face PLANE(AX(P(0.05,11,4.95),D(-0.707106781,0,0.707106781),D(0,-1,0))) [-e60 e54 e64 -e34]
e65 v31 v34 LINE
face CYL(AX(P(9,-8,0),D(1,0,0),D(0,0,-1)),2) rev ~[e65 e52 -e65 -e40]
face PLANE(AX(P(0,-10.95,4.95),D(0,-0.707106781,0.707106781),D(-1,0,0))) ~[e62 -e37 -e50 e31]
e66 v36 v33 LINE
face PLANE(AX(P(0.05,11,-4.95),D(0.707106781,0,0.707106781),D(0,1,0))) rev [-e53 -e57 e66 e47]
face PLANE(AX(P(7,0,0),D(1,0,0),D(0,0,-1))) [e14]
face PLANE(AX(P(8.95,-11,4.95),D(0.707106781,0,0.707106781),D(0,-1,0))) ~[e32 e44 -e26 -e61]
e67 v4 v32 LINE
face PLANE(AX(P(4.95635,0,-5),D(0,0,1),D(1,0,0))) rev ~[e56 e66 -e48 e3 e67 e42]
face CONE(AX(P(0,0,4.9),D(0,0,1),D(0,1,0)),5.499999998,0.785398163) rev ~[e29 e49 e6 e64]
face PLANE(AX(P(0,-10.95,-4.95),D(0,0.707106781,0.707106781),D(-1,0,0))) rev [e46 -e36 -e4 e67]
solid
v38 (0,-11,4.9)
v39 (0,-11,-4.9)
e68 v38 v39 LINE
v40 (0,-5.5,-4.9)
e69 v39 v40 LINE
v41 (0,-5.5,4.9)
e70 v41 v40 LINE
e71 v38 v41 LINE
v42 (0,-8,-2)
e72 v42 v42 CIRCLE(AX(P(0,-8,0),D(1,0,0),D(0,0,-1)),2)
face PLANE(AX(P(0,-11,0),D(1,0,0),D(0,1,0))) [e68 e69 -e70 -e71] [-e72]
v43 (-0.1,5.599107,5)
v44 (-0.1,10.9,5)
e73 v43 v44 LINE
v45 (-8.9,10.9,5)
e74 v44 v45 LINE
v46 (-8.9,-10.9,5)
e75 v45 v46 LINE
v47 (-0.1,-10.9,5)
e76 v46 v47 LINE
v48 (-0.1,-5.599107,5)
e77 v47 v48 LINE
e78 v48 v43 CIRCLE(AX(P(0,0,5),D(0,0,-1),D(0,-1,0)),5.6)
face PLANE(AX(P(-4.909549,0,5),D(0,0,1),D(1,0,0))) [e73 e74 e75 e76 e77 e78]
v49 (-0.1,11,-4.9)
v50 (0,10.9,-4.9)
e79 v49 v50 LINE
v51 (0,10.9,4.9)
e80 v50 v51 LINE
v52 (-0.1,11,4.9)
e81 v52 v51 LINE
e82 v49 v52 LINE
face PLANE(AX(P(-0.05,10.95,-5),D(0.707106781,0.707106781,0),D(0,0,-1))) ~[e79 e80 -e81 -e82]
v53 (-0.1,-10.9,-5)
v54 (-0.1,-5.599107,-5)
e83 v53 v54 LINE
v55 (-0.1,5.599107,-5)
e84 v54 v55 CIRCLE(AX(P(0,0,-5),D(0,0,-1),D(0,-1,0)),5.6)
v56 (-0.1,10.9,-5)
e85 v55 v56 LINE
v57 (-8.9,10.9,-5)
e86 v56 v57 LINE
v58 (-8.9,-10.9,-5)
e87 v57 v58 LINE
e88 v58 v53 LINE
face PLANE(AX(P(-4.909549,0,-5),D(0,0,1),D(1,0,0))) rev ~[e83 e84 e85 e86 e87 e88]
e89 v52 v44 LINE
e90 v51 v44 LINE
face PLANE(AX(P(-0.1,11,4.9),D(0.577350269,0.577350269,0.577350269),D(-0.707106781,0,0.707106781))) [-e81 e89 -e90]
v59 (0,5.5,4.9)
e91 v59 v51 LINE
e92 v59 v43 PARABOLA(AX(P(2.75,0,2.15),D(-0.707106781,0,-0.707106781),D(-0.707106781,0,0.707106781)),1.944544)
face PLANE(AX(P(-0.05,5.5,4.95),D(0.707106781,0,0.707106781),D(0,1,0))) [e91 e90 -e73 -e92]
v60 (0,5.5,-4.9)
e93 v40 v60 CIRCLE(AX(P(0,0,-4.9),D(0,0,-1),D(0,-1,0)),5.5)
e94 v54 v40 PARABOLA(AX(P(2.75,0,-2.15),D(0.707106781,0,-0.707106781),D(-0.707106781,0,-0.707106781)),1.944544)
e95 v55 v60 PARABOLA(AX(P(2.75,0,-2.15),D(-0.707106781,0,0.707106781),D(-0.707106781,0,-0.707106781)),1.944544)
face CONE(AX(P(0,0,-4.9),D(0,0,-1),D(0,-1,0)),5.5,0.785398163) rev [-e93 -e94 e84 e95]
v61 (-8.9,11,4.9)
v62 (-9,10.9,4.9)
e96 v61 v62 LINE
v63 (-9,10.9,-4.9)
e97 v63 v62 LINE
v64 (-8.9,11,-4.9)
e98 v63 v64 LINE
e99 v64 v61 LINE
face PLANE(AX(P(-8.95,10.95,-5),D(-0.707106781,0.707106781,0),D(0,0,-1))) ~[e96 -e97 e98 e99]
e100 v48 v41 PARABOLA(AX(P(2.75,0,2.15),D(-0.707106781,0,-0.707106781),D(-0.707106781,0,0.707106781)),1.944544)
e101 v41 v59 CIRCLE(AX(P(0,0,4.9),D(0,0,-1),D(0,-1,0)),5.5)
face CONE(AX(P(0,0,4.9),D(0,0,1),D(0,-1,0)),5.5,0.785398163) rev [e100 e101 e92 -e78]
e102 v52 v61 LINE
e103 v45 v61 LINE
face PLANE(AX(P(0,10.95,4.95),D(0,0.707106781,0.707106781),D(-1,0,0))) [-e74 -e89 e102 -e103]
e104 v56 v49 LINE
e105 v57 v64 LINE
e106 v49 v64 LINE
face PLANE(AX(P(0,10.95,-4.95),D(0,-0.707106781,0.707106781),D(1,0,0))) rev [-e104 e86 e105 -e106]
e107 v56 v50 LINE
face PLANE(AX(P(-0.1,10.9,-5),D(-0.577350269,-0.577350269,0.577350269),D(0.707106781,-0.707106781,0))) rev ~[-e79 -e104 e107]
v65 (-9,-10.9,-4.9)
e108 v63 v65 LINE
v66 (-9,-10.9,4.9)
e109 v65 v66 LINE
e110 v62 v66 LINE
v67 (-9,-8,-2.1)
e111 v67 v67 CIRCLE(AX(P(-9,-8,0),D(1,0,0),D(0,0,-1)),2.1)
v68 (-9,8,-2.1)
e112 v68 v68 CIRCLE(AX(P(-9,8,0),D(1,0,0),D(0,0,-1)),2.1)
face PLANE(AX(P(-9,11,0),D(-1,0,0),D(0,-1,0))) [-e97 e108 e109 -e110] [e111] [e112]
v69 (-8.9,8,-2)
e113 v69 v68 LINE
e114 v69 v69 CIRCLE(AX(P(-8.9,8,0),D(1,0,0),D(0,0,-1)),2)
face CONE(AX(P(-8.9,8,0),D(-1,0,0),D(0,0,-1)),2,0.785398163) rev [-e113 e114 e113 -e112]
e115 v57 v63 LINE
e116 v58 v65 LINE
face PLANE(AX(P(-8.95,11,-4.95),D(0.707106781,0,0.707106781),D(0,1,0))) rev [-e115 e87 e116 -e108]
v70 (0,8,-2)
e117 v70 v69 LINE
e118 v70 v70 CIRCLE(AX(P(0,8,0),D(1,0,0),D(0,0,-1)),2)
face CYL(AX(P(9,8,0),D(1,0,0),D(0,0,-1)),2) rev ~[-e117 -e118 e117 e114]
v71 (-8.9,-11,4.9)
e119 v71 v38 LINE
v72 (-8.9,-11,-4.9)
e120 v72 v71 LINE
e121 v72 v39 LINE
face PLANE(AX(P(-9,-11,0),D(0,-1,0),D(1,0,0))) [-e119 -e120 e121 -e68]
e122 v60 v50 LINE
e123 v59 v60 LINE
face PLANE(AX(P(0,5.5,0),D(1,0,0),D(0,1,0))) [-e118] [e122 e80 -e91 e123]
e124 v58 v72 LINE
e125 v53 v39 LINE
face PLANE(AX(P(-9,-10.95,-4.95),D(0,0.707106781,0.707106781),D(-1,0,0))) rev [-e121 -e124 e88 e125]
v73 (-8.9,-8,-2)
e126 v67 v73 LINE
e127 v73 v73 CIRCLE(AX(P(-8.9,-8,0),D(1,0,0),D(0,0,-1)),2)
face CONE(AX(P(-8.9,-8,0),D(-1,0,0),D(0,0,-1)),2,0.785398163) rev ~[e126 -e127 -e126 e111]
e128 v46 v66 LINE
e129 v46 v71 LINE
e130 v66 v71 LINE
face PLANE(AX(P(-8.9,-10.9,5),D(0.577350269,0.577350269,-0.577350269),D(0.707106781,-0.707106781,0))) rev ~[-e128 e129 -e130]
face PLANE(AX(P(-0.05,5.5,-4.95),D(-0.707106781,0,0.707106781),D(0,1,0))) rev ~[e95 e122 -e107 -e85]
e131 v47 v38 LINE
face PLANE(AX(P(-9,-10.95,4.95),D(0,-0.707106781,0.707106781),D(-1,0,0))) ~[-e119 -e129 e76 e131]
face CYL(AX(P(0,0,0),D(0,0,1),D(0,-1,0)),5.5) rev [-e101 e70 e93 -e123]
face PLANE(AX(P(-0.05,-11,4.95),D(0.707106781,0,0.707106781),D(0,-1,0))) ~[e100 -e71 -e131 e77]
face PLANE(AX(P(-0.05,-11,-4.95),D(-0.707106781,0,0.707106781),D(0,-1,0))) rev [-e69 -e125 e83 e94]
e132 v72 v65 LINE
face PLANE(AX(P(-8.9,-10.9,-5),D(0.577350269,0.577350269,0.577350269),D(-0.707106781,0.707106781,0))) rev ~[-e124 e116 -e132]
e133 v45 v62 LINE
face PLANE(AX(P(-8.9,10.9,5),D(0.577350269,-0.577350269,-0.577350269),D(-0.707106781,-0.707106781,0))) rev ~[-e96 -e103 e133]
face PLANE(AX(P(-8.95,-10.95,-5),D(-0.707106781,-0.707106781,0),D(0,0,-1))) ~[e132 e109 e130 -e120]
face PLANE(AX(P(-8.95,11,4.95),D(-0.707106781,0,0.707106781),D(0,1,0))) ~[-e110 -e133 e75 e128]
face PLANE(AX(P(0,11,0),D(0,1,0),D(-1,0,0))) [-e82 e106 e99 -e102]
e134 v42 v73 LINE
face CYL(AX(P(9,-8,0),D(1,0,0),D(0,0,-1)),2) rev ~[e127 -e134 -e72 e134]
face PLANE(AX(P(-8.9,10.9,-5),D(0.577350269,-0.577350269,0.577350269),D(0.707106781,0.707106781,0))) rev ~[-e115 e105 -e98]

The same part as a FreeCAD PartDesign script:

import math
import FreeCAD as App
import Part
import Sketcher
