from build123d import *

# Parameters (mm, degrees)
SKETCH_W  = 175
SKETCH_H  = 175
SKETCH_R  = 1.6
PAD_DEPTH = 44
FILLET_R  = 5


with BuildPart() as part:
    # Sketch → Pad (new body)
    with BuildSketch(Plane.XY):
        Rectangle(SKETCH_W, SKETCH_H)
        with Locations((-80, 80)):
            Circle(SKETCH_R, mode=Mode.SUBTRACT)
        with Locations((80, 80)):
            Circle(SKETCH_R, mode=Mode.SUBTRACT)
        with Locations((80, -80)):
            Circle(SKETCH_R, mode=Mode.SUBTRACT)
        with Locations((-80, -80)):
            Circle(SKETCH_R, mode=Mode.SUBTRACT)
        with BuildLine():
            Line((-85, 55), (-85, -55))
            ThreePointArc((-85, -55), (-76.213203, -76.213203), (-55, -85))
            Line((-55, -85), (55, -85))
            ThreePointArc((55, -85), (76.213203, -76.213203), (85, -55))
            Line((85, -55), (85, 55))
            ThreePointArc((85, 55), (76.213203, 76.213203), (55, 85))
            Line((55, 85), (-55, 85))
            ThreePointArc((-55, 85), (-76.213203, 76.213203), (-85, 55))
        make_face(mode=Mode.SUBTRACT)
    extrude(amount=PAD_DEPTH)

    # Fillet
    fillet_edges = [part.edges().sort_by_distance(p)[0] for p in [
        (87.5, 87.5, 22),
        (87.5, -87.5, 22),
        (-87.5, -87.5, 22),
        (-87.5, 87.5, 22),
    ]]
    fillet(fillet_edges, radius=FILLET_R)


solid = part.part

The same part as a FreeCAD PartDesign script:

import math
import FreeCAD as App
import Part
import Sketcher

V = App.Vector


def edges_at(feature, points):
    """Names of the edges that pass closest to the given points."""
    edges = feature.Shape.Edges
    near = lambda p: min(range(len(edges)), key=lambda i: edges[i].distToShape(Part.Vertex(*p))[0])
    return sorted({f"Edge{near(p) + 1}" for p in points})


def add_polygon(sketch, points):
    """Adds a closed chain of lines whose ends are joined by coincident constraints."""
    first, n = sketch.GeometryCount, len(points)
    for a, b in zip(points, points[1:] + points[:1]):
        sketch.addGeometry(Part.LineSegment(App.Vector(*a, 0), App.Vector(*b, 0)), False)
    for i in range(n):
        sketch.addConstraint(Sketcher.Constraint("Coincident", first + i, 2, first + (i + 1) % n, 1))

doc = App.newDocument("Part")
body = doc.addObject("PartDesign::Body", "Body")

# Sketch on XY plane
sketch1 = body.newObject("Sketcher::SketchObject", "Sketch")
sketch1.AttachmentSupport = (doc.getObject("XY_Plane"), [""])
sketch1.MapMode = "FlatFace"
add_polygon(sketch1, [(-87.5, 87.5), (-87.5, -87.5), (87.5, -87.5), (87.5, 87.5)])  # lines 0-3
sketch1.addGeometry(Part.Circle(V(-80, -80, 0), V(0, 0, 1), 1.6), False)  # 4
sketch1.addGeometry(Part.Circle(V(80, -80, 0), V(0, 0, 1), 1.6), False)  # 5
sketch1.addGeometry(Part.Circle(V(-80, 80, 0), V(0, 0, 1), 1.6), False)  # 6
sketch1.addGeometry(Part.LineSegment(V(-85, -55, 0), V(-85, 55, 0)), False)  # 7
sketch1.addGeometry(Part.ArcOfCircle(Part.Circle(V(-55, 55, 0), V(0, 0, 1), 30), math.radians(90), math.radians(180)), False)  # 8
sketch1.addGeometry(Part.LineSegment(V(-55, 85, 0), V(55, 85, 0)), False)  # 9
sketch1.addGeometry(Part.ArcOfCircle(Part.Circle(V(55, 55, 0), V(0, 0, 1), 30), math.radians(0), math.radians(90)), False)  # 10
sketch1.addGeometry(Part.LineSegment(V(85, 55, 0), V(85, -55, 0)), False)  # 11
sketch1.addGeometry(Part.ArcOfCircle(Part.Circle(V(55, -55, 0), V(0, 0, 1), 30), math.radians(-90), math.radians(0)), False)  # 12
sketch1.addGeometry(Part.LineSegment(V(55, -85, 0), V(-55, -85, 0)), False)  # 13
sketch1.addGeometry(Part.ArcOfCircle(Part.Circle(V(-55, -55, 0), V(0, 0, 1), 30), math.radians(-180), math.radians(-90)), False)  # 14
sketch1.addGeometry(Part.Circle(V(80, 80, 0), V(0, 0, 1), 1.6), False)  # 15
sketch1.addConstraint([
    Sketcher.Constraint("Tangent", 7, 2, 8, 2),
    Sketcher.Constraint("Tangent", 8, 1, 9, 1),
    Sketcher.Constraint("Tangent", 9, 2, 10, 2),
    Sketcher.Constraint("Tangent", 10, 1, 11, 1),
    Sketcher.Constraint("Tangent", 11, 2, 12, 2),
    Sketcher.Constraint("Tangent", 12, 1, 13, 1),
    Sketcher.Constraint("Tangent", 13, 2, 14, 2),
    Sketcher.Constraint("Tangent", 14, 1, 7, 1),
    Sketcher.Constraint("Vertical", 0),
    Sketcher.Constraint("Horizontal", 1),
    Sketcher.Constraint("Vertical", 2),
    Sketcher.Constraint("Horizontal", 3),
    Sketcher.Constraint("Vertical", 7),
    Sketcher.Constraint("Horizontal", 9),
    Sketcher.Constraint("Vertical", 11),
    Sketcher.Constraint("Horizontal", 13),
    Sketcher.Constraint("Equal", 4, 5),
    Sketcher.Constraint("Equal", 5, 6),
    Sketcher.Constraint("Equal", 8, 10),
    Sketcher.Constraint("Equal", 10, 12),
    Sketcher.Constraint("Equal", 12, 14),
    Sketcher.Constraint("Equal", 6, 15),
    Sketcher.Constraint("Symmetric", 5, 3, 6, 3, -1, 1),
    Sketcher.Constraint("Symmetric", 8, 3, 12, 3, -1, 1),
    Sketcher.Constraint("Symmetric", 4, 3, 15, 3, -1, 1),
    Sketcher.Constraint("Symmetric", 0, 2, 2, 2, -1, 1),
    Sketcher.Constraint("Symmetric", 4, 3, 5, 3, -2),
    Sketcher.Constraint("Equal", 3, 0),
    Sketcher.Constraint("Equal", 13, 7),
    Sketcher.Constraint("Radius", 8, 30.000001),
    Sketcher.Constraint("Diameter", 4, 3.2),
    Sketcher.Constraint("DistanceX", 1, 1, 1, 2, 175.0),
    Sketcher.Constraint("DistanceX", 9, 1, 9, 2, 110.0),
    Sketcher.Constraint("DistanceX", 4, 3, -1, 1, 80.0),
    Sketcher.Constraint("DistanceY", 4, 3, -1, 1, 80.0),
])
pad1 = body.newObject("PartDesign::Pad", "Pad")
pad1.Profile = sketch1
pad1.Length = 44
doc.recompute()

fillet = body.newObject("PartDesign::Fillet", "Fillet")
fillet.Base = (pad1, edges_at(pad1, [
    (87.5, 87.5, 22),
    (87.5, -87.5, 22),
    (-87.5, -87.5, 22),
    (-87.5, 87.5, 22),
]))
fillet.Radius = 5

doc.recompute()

__________

TASK OBJECTIVE >> Needed here are the exact lines from the start of the material through the line that contains "e71 v38 v41 LINE", and no others.

YOUR RESPONSE >>
face PLANE(AX(P(0.05,11,4.95),D(-0.707106781,0,0.707106781),D(0,-1,0))) [-e60 e54 e64 -e34]
e65 v31 v34 LINE
face CYL(AX(P(9,-8,0),D(1,0,0),D(0,0,-1)),2) rev ~[e65 e52 -e65 -e40]
face PLANE(AX(P(0,-10.95,4.95),D(0,-0.707106781,0.707106781),D(-1,0,0))) ~[e62 -e37 -e50 e31]
e66 v36 v33 LINE
face PLANE(AX(P(0.05,11,-4.95),D(0.707106781,0,0.707106781),D(0,1,0))) rev [-e53 -e57 e66 e47]
face PLANE(AX(P(7,0,0),D(1,0,0),D(0,0,-1))) [e14]
face PLANE(AX(P(8.95,-11,4.95),D(0.707106781,0,0.707106781),D(0,-1,0))) ~[e32 e44 -e26 -e61]
e67 v4 v32 LINE
face PLANE(AX(P(4.95635,0,-5),D(0,0,1),D(1,0,0))) rev ~[e56 e66 -e48 e3 e67 e42]
face CONE(AX(P(0,0,4.9),D(0,0,1),D(0,1,0)),5.499999998,0.785398163) rev ~[e29 e49 e6 e64]
face PLANE(AX(P(0,-10.95,-4.95),D(0,0.707106781,0.707106781),D(-1,0,0))) rev [e46 -e36 -e4 e67]
solid
v38 (0,-11,4.9)
v39 (0,-11,-4.9)
e68 v38 v39 LINE
v40 (0,-5.5,-4.9)
e69 v39 v40 LINE
v41 (0,-5.5,4.9)
e70 v41 v40 LINE
e71 v38 v41 LINE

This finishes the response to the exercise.